__Directions for this task__
Only one stretch of the listing below is wanted. Give it again exactly, from the line with "#44=VERTEX_POINT('',#43);" through the line with "#64=VERTEX_POINT('',#63);".

Given records below:

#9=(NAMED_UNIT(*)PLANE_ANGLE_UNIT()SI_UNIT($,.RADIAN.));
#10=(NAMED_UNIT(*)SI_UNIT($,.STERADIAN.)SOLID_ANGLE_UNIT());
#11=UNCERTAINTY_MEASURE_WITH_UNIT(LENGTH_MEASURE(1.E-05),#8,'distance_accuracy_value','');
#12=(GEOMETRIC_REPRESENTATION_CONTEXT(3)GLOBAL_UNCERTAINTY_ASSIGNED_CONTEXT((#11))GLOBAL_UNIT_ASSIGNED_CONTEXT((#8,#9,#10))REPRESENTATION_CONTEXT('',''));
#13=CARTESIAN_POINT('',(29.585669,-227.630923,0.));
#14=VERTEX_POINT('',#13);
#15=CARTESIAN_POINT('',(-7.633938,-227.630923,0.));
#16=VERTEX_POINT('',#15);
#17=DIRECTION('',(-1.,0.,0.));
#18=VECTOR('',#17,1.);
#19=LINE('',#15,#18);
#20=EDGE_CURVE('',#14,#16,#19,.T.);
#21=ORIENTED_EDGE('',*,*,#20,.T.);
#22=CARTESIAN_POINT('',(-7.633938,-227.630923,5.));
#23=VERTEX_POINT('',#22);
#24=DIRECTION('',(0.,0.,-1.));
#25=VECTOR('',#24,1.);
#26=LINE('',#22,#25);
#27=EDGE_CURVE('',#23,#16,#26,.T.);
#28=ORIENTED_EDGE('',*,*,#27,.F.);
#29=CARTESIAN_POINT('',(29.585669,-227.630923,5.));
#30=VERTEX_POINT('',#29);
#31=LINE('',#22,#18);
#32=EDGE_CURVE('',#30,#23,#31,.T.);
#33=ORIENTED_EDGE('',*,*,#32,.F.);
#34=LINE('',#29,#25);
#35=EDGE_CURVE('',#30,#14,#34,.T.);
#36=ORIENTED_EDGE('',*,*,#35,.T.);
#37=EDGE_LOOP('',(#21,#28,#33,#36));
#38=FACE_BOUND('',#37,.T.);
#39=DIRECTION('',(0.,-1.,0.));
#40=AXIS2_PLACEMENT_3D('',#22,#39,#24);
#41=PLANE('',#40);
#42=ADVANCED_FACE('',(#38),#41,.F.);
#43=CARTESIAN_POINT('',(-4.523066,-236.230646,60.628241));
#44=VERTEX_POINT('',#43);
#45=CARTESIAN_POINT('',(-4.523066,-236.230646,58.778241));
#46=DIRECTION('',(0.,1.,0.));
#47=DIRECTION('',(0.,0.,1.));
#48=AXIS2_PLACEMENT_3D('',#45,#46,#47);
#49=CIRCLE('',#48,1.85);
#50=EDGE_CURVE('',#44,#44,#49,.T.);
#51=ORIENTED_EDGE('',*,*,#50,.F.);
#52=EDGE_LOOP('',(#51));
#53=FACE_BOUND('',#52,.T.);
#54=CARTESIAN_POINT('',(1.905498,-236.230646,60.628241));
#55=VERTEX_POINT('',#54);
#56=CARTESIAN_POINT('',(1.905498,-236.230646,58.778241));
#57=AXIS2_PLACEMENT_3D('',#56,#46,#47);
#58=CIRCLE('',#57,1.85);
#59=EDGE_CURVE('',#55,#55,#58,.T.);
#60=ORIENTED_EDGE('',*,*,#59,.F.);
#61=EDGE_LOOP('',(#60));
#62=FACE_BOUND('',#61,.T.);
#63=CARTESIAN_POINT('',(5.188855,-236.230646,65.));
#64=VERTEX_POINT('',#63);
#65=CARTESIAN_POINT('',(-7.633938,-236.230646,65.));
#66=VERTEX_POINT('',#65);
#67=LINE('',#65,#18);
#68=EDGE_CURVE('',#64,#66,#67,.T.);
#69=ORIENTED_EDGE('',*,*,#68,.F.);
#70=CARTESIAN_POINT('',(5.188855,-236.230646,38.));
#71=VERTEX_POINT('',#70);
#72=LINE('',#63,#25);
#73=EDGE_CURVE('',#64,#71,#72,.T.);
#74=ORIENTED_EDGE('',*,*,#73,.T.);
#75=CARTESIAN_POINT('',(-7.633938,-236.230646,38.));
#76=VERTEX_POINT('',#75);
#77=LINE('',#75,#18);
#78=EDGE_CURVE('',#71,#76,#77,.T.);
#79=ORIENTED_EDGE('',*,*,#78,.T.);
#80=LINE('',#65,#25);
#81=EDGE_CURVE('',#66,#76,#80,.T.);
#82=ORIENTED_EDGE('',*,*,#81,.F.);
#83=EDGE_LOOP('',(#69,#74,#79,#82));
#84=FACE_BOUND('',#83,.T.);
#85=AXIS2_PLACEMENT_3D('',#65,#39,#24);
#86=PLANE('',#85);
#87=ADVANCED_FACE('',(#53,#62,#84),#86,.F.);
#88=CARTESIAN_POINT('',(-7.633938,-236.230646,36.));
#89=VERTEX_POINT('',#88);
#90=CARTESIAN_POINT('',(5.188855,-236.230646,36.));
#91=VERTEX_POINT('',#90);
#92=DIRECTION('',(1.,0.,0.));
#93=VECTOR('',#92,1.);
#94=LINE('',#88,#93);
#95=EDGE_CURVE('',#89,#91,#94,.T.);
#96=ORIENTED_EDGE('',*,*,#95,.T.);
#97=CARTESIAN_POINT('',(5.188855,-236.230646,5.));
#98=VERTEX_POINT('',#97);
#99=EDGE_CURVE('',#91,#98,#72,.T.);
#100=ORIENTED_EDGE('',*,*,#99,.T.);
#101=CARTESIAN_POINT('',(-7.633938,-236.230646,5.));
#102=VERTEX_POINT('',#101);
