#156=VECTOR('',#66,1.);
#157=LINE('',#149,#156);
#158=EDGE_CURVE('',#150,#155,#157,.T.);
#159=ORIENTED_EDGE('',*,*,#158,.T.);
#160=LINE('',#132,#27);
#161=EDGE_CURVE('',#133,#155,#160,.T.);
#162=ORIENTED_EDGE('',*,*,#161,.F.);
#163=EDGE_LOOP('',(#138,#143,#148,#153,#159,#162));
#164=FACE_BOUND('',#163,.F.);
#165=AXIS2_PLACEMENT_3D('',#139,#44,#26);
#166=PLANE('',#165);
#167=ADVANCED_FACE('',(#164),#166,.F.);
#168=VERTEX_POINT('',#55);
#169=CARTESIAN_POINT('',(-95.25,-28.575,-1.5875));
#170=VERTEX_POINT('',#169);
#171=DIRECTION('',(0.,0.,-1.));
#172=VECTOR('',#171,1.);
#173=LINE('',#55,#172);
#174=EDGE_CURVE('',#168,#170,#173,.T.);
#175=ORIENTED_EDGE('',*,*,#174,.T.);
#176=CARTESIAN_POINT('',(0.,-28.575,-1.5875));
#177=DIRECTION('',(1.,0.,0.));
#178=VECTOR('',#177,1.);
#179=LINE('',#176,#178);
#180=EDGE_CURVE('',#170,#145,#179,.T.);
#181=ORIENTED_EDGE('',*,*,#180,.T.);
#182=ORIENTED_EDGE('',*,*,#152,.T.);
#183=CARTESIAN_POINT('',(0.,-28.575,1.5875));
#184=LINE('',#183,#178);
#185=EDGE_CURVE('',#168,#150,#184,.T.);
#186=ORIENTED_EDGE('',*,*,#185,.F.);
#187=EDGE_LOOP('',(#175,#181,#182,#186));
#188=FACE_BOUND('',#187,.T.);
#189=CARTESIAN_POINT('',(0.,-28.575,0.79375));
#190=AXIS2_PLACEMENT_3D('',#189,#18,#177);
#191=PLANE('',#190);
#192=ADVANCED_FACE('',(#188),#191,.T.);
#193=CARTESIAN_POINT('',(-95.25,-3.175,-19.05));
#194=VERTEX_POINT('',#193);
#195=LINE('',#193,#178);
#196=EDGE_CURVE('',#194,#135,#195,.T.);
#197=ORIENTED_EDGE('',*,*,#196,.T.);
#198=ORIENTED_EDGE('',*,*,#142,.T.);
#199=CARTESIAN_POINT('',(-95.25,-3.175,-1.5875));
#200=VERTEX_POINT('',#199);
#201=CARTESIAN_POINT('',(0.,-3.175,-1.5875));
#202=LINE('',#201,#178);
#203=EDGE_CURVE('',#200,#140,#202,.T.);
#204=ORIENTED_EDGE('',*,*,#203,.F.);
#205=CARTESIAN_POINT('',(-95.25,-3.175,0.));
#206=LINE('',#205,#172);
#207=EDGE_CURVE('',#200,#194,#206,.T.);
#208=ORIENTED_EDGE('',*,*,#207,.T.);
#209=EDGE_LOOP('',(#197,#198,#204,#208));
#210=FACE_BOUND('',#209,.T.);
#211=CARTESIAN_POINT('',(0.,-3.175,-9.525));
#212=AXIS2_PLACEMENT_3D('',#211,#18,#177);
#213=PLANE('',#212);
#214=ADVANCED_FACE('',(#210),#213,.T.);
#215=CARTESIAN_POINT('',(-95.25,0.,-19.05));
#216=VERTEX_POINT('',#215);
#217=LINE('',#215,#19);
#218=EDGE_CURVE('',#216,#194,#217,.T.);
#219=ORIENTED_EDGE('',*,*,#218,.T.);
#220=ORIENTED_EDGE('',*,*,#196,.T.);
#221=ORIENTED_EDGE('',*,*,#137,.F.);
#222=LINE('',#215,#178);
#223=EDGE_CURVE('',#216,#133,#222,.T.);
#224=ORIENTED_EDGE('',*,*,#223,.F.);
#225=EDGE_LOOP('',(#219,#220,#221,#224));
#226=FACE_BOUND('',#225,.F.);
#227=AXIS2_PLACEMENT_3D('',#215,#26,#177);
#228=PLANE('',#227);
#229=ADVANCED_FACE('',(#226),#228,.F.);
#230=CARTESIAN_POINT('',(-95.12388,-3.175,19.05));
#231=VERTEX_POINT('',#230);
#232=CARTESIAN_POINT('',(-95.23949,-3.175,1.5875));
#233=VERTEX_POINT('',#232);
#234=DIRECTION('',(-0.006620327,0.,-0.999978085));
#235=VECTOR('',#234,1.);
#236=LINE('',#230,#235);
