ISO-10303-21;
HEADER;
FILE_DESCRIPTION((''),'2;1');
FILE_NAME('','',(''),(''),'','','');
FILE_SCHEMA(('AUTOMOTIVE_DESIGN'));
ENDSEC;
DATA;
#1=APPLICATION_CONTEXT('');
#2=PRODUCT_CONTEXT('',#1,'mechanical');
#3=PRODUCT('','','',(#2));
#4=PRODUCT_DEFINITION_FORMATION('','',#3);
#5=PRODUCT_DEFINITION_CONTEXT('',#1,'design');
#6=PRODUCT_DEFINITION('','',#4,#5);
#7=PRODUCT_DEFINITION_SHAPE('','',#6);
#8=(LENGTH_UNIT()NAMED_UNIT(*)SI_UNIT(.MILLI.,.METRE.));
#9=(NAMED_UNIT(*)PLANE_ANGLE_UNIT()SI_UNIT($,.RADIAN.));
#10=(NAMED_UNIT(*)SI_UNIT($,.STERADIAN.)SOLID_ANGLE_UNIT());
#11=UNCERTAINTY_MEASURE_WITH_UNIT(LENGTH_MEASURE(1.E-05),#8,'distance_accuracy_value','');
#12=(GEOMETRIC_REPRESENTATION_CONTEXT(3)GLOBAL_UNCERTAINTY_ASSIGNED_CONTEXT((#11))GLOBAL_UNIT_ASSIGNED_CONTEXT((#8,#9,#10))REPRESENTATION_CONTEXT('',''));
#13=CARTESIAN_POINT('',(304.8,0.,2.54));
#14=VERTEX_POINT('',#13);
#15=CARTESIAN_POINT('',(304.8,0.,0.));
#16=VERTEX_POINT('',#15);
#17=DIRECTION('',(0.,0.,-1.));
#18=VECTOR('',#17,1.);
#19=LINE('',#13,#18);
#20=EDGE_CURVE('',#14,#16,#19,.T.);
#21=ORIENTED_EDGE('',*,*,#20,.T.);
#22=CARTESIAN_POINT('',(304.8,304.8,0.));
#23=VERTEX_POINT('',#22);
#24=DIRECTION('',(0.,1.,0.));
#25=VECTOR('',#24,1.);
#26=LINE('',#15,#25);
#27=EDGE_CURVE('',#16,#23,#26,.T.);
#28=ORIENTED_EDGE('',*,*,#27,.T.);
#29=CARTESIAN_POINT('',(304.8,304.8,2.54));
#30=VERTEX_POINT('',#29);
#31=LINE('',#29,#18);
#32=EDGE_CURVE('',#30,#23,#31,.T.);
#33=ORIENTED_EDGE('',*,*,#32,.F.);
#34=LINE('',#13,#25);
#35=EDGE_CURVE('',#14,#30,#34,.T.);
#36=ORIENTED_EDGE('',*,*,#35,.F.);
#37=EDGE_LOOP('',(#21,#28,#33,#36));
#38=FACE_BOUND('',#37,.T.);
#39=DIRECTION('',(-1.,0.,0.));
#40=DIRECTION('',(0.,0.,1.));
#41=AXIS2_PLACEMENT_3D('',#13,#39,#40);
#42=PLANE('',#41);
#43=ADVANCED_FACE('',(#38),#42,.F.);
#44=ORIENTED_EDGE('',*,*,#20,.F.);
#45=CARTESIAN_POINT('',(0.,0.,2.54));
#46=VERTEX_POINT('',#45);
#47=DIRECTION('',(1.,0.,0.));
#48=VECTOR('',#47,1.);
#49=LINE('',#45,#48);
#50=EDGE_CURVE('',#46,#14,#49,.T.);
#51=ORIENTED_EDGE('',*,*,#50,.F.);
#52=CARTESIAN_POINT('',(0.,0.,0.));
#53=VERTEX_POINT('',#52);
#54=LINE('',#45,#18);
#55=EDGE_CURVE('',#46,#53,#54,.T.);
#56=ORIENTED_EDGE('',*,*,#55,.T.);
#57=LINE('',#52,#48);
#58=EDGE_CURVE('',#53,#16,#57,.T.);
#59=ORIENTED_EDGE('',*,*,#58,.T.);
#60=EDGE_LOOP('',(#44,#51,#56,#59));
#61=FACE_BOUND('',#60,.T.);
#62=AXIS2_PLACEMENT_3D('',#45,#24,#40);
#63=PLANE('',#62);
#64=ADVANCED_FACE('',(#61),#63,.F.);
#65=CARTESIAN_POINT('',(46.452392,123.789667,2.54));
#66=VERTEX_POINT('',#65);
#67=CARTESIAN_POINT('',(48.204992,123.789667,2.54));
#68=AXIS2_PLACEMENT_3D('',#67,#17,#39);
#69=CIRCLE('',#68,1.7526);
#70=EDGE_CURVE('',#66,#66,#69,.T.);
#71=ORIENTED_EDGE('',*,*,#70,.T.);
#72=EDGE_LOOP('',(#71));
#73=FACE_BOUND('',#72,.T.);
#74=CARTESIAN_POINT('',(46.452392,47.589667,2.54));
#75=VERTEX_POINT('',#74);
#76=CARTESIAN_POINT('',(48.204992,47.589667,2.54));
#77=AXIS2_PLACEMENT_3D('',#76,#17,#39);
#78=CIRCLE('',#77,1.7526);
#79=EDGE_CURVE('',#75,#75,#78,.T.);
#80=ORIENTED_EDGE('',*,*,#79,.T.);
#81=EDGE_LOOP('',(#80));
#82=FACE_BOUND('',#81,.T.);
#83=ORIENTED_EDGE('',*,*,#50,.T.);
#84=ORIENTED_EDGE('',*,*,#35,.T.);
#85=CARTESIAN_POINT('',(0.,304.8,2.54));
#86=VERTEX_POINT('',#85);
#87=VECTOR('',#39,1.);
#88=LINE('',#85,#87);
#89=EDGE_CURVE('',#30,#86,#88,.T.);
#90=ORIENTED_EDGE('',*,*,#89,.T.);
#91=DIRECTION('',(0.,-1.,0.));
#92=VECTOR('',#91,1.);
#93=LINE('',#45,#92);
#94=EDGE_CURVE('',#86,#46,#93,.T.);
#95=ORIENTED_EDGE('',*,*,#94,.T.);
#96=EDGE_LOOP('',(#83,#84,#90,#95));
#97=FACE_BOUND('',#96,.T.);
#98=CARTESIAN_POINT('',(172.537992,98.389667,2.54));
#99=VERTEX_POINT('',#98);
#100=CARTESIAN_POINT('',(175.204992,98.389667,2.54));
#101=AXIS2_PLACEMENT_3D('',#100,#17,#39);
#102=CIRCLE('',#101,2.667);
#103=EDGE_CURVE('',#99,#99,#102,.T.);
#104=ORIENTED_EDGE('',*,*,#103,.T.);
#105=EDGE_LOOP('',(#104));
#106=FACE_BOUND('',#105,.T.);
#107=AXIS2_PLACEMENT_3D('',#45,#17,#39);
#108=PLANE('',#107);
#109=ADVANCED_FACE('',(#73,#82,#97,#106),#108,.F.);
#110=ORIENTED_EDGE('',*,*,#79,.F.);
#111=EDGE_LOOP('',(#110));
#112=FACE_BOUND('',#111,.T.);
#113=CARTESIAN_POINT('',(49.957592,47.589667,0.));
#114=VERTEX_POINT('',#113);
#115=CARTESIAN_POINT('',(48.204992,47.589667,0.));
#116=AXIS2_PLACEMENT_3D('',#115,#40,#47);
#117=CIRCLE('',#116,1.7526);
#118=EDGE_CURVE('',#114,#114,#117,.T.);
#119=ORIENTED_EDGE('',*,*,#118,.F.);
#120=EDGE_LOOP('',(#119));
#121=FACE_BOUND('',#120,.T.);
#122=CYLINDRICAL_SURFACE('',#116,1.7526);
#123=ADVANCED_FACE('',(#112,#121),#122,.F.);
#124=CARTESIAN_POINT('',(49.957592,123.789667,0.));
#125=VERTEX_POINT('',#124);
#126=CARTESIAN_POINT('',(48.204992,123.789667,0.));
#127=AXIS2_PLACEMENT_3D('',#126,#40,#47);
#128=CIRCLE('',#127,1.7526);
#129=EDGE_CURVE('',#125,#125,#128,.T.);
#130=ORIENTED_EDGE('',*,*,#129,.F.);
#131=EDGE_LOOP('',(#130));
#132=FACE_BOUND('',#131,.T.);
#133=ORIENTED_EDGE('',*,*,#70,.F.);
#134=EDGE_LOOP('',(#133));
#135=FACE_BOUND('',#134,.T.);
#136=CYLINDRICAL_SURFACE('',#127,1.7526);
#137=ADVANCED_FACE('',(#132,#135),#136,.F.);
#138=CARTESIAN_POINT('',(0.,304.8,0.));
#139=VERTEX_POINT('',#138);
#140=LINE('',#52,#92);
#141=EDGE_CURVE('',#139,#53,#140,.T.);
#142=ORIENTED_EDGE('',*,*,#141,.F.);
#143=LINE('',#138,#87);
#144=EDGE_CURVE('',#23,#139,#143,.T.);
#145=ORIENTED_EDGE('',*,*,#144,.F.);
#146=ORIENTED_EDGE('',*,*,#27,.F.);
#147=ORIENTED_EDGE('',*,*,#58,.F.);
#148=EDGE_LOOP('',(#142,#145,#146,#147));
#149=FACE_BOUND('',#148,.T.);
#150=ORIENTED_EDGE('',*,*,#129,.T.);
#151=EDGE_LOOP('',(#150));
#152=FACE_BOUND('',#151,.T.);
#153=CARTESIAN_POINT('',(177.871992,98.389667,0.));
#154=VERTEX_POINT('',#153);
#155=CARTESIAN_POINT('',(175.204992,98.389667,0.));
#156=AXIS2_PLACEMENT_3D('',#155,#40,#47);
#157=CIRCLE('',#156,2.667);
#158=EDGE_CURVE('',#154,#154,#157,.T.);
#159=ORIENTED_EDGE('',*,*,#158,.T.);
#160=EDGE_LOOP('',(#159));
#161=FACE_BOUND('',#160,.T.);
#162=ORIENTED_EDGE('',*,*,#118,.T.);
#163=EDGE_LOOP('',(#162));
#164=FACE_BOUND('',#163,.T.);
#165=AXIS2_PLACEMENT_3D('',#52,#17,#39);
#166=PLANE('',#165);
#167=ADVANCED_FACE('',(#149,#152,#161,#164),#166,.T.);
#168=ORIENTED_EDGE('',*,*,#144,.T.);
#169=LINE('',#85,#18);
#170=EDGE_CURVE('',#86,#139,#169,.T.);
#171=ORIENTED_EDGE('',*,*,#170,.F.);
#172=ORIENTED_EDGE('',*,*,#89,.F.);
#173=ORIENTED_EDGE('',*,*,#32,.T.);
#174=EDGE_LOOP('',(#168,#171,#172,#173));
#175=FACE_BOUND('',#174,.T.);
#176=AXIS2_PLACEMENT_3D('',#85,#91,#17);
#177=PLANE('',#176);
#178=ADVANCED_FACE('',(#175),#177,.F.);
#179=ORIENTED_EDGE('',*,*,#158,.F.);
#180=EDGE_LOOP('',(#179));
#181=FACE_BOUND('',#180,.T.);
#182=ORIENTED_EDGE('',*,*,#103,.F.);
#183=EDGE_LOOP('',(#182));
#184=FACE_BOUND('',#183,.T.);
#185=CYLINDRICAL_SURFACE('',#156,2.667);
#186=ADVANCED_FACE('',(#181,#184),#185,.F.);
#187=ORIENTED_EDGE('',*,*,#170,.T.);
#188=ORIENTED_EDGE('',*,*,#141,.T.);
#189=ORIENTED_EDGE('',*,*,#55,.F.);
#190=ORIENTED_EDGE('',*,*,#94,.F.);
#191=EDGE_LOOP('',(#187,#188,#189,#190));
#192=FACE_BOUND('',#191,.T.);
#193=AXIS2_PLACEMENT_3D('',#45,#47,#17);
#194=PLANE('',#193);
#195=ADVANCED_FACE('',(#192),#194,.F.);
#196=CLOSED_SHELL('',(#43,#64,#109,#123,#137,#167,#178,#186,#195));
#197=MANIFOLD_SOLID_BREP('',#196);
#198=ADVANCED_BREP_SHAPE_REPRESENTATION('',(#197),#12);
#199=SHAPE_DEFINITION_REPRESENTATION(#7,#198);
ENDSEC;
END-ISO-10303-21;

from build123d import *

# Parameters (mm, degrees)
SKETCH1_W               = 304.8
SKETCH1_H               = 304.8
BOSS_EXTRUDE1_DEPTH     = 2.54
SKETCH2_R               = 1.7526
SKETCH2_R_2             = 2.667
CUT_EXTRUDE1_DEPTH      = 1
CUT_EXTRUDE1_DEPTH_BACK = 3.54


with BuildPart() as part:
    # Sketch1 → Boss-Extrude1 (new body)
    with BuildSketch(Plane.XY):
        with Locations((152.4, 152.4)):
            Rectangle(SKETCH1_W, SKETCH1_H)
    extrude(amount=BOSS_EXTRUDE1_DEPTH)

    # Sketch2 → Cut-Extrude1 (cut, two sides)
    with BuildSketch(Plane.XY.offset(2.54)) as cut_extrude1_sk:
        with Locations((48.204991745, 47.589666893)):
            Circle(SKETCH2_R)
        with Locations((175.204991745, 98.389666893)):
            Circle(SKETCH2_R_2)
        with Locations((48.204991745, 123.789666893)):
            Circle(SKETCH2_R)
    extrude(amount=CUT_EXTRUDE1_DEPTH, mode=Mode.SUBTRACT)
    extrude(cut_extrude1_sk.sketch, amount=-CUT_EXTRUDE1_DEPTH_BACK, mode=Mode.SUBTRACT)


solid = part.part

End of Given records.

__Solved problem__
#44=VERTEX_POINT('',#43);
#45=CARTESIAN_POINT('',(-4.523066,-236.230646,58.778241));
#46=DIRECTION('',(0.,1.,0.));
#47=DIRECTION('',(0.,0.,1.));
#48=AXIS2_PLACEMENT_3D('',#45,#46,#47);
#49=CIRCLE('',#48,1.85);
#50=EDGE_CURVE('',#44,#44,#49,.T.);
#51=ORIENTED_EDGE('',*,*,#50,.F.);
#52=EDGE_LOOP('',(#51));
#53=FACE_BOUND('',#52,.T.);
#54=CARTESIAN_POINT('',(1.905498,-236.230646,60.628241));
#55=VERTEX_POINT('',#54);
#56=CARTESIAN_POINT('',(1.905498,-236.230646,58.778241));
#57=AXIS2_PLACEMENT_3D('',#56,#46,#47);
#58=CIRCLE('',#57,1.85);
#59=EDGE_CURVE('',#55,#55,#58,.T.);
#60=ORIENTED_EDGE('',*,*,#59,.F.);
#61=EDGE_LOOP('',(#60));
#62=FACE_BOUND('',#61,.T.);
#63=CARTESIAN_POINT('',(5.188855,-236.230646,65.));
#64=VERTEX_POINT('',#63);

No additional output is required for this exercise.